__Exercise brief__. Your answer should consist of the lines below that hold the word "DIRECTION".
=== Extracted entries ===
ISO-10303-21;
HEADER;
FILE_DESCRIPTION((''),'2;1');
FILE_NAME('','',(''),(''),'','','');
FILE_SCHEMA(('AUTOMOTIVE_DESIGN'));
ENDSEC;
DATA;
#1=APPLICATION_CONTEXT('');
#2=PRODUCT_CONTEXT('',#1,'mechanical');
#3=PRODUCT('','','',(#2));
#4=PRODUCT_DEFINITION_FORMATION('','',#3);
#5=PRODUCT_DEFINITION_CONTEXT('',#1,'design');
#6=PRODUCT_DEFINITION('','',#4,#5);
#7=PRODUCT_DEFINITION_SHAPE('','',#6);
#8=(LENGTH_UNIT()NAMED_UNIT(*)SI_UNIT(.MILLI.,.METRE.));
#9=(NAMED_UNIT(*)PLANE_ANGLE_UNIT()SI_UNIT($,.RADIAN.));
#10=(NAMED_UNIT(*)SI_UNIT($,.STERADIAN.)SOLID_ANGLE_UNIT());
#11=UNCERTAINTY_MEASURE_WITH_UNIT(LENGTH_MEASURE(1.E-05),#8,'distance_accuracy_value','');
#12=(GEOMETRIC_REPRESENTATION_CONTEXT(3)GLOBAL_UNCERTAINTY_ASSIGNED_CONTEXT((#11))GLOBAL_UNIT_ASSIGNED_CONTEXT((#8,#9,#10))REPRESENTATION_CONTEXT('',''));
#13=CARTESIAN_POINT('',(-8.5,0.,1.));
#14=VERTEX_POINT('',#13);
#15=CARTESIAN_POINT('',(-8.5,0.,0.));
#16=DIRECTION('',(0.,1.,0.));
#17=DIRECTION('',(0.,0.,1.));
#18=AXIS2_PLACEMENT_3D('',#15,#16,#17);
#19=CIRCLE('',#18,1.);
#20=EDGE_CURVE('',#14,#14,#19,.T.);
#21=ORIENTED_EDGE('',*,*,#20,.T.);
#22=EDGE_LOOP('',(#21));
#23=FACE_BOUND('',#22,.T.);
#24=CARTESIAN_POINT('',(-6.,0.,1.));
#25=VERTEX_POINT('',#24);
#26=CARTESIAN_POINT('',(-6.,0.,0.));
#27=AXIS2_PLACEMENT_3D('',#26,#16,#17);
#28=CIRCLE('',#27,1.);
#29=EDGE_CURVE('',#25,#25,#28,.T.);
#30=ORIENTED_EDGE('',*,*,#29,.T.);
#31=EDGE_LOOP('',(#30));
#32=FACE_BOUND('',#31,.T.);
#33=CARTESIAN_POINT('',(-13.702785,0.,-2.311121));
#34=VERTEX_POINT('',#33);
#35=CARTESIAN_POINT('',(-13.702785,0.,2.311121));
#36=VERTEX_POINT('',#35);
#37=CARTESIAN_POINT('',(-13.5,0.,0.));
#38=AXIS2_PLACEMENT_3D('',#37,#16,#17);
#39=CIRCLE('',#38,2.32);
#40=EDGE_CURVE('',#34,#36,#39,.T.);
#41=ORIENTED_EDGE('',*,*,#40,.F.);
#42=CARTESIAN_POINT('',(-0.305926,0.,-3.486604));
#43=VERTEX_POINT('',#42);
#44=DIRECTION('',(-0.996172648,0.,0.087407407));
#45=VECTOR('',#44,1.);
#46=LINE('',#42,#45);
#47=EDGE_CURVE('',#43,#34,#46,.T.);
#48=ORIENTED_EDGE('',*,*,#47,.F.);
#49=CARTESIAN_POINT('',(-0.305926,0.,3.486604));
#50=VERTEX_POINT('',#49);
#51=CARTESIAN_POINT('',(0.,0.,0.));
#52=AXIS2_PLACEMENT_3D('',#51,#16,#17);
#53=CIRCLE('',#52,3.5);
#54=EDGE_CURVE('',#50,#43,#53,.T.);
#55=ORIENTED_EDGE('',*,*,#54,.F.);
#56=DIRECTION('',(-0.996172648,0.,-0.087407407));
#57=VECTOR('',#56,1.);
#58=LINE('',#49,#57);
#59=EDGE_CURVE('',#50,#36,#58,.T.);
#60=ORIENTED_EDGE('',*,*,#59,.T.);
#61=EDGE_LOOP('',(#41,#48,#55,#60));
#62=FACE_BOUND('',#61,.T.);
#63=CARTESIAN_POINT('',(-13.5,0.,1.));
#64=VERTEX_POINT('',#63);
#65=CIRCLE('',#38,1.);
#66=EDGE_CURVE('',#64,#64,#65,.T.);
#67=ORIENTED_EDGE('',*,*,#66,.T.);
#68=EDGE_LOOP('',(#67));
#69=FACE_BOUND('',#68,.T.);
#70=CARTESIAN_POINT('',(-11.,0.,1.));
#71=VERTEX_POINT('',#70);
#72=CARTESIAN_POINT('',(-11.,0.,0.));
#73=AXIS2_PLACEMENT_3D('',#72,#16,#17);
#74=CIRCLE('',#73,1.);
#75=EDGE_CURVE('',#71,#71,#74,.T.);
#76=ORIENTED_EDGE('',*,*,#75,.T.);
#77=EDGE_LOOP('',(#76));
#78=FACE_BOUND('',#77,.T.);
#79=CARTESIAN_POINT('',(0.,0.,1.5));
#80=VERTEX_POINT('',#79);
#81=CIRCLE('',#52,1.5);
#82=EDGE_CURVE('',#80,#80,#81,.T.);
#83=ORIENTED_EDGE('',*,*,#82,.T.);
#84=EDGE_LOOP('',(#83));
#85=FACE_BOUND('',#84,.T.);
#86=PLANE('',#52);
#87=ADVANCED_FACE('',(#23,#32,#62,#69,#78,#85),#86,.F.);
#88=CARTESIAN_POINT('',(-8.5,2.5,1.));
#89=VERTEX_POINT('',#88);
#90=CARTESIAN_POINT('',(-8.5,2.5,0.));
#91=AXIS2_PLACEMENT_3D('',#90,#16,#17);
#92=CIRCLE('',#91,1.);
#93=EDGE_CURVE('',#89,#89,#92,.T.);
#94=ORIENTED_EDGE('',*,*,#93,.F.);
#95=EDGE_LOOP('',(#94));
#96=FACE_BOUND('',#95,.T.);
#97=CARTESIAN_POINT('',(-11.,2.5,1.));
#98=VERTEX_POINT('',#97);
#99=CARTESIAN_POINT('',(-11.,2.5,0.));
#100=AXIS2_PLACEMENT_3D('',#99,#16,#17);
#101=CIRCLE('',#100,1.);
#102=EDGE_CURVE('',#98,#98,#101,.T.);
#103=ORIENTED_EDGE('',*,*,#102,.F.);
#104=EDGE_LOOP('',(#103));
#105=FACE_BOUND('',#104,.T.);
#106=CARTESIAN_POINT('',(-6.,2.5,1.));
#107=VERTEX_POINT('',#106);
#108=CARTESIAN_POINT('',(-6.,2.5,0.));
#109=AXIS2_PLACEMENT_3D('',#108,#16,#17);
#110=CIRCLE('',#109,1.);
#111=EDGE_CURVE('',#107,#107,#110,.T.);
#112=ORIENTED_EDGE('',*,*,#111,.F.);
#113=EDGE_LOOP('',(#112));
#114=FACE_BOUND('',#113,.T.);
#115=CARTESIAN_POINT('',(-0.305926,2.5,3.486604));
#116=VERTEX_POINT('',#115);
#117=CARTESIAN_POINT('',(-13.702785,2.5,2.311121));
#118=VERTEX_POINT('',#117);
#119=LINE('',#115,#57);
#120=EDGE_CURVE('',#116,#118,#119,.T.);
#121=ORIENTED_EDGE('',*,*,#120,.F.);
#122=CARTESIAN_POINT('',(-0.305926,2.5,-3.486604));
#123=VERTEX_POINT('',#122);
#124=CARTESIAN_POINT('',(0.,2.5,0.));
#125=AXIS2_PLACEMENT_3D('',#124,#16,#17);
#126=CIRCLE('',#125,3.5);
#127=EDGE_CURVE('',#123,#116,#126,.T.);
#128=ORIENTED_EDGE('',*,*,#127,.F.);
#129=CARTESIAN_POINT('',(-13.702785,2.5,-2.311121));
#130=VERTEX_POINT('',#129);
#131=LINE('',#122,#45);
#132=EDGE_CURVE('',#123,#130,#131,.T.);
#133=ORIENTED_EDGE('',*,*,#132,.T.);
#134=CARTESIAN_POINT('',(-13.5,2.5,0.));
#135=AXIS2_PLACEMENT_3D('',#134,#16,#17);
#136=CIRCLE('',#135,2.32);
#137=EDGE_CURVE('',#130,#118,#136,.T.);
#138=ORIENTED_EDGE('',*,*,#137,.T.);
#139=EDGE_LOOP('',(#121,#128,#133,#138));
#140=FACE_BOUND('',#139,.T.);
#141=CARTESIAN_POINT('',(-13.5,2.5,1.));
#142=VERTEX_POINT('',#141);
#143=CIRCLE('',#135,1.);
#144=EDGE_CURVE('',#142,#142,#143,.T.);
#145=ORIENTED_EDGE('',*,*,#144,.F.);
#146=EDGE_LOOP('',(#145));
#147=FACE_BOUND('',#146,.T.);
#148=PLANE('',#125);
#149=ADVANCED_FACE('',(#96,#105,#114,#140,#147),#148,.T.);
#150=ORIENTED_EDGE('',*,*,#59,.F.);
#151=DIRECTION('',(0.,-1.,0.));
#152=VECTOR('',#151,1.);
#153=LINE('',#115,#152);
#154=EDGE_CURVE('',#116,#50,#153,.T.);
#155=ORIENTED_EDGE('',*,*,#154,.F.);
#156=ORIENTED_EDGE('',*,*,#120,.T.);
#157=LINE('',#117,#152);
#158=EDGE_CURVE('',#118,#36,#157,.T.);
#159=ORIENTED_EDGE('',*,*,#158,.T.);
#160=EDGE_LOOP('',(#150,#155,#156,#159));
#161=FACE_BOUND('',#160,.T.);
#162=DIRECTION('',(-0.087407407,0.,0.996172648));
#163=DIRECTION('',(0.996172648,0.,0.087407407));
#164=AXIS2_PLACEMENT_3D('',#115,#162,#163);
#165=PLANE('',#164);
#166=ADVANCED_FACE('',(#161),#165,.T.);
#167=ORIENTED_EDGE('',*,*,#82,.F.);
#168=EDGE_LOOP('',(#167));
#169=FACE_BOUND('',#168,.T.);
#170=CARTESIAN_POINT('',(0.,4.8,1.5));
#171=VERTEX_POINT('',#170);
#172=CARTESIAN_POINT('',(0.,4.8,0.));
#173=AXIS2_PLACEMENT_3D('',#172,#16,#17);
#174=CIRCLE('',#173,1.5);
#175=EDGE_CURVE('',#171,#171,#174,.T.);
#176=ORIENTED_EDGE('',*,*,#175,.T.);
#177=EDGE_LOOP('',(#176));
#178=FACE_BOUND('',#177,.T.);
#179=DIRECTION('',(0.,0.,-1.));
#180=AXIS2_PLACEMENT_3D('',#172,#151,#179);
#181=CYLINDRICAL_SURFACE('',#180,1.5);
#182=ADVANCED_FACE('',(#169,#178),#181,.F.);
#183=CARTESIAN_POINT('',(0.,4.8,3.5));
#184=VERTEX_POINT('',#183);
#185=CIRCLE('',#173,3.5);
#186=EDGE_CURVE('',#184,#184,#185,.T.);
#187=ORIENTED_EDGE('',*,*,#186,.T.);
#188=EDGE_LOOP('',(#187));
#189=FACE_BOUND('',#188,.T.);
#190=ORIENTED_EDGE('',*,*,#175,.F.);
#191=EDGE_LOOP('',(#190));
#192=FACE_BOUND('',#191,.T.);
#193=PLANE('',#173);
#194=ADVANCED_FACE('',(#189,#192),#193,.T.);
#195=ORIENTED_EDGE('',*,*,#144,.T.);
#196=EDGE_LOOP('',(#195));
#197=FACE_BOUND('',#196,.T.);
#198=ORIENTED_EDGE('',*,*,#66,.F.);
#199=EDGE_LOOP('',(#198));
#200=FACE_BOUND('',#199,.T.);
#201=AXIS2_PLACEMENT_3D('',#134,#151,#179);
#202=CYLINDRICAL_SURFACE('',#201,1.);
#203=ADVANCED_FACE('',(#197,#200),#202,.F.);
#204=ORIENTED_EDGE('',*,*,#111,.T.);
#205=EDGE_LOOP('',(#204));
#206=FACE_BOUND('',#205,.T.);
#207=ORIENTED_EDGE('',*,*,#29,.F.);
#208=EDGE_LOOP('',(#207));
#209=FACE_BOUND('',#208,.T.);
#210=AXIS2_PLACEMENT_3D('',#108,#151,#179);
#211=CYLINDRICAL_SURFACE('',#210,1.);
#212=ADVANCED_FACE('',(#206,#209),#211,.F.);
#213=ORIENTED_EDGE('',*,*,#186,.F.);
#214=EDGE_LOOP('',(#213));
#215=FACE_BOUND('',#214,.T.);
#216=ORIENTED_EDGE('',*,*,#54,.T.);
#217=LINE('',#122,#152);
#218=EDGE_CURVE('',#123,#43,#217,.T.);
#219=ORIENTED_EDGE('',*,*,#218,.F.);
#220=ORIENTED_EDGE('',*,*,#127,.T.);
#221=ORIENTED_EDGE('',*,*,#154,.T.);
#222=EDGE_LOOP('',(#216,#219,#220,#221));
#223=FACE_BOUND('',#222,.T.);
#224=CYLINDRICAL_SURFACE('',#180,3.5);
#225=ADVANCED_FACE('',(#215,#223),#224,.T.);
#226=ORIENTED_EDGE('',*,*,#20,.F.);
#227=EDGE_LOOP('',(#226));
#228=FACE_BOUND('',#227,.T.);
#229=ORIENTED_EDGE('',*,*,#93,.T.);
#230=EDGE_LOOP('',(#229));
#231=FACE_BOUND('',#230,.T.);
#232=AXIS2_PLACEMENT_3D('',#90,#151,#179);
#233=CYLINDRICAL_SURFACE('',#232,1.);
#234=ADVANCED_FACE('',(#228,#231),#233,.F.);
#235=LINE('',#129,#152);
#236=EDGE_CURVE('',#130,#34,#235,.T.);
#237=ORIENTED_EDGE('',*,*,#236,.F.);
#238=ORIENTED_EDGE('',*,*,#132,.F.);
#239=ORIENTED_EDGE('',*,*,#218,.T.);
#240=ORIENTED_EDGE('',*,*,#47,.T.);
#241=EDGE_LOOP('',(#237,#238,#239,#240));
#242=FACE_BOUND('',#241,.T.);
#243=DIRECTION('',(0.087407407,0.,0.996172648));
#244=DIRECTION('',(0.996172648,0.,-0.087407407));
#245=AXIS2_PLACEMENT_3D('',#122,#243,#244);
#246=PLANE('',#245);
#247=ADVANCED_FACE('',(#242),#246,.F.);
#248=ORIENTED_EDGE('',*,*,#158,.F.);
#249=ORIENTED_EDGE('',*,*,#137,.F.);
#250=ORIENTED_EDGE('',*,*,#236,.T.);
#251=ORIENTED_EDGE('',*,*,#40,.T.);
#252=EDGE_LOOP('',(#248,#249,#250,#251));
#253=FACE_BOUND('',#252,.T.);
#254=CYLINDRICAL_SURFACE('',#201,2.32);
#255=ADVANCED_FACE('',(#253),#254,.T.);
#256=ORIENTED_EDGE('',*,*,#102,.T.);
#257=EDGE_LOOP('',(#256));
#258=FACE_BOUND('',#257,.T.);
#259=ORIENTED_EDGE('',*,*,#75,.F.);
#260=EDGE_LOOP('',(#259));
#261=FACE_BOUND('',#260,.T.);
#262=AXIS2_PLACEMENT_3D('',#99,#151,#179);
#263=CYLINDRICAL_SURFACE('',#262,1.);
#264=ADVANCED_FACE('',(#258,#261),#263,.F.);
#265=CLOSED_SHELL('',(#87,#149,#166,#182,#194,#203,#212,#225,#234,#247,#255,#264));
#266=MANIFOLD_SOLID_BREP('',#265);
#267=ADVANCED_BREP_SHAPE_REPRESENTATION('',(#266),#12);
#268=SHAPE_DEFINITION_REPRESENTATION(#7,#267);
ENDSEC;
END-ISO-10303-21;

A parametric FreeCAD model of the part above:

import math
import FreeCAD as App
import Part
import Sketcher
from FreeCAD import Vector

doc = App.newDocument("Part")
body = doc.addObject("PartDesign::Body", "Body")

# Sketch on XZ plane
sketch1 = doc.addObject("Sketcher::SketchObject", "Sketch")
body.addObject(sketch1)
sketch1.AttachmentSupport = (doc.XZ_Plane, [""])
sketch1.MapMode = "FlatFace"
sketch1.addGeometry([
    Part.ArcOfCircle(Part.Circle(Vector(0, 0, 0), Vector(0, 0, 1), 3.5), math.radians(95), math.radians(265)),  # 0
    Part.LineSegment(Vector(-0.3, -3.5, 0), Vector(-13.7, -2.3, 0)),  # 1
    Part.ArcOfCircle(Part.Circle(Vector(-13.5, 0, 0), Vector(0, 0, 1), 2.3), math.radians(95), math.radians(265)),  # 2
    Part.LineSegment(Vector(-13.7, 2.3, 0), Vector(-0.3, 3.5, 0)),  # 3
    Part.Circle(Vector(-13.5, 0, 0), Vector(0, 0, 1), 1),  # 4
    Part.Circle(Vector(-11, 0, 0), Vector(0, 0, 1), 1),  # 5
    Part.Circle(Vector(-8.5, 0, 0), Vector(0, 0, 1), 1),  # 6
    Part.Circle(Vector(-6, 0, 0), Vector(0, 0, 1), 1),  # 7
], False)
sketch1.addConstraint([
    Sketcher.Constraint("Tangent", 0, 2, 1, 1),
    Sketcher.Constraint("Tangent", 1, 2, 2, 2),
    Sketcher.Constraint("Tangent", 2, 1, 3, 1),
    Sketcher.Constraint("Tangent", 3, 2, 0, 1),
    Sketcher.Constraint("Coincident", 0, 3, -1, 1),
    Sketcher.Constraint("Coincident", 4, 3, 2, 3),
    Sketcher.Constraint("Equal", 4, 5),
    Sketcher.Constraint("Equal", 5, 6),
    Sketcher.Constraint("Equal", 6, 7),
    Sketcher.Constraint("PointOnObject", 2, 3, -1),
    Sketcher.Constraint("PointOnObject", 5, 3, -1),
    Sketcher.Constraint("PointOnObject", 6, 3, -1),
===
__Answer box__.
#16=DIRECTION('',(0.,1.,0.));
#17=DIRECTION('',(0.,0.,1.));
#44=DIRECTION('',(-0.996172648,0.,0.087407407));
#56=DIRECTION('',(-0.996172648,0.,-0.087407407));
#151=DIRECTION('',(0.,-1.,0.));
#162=DIRECTION('',(-0.087407407,0.,0.996172648));
#163=DIRECTION('',(0.996172648,0.,0.087407407));
#179=DIRECTION('',(0.,0.,-1.));
#243=DIRECTION('',(0.087407407,0.,0.996172648));
#244=DIRECTION('',(0.996172648,0.,-0.087407407));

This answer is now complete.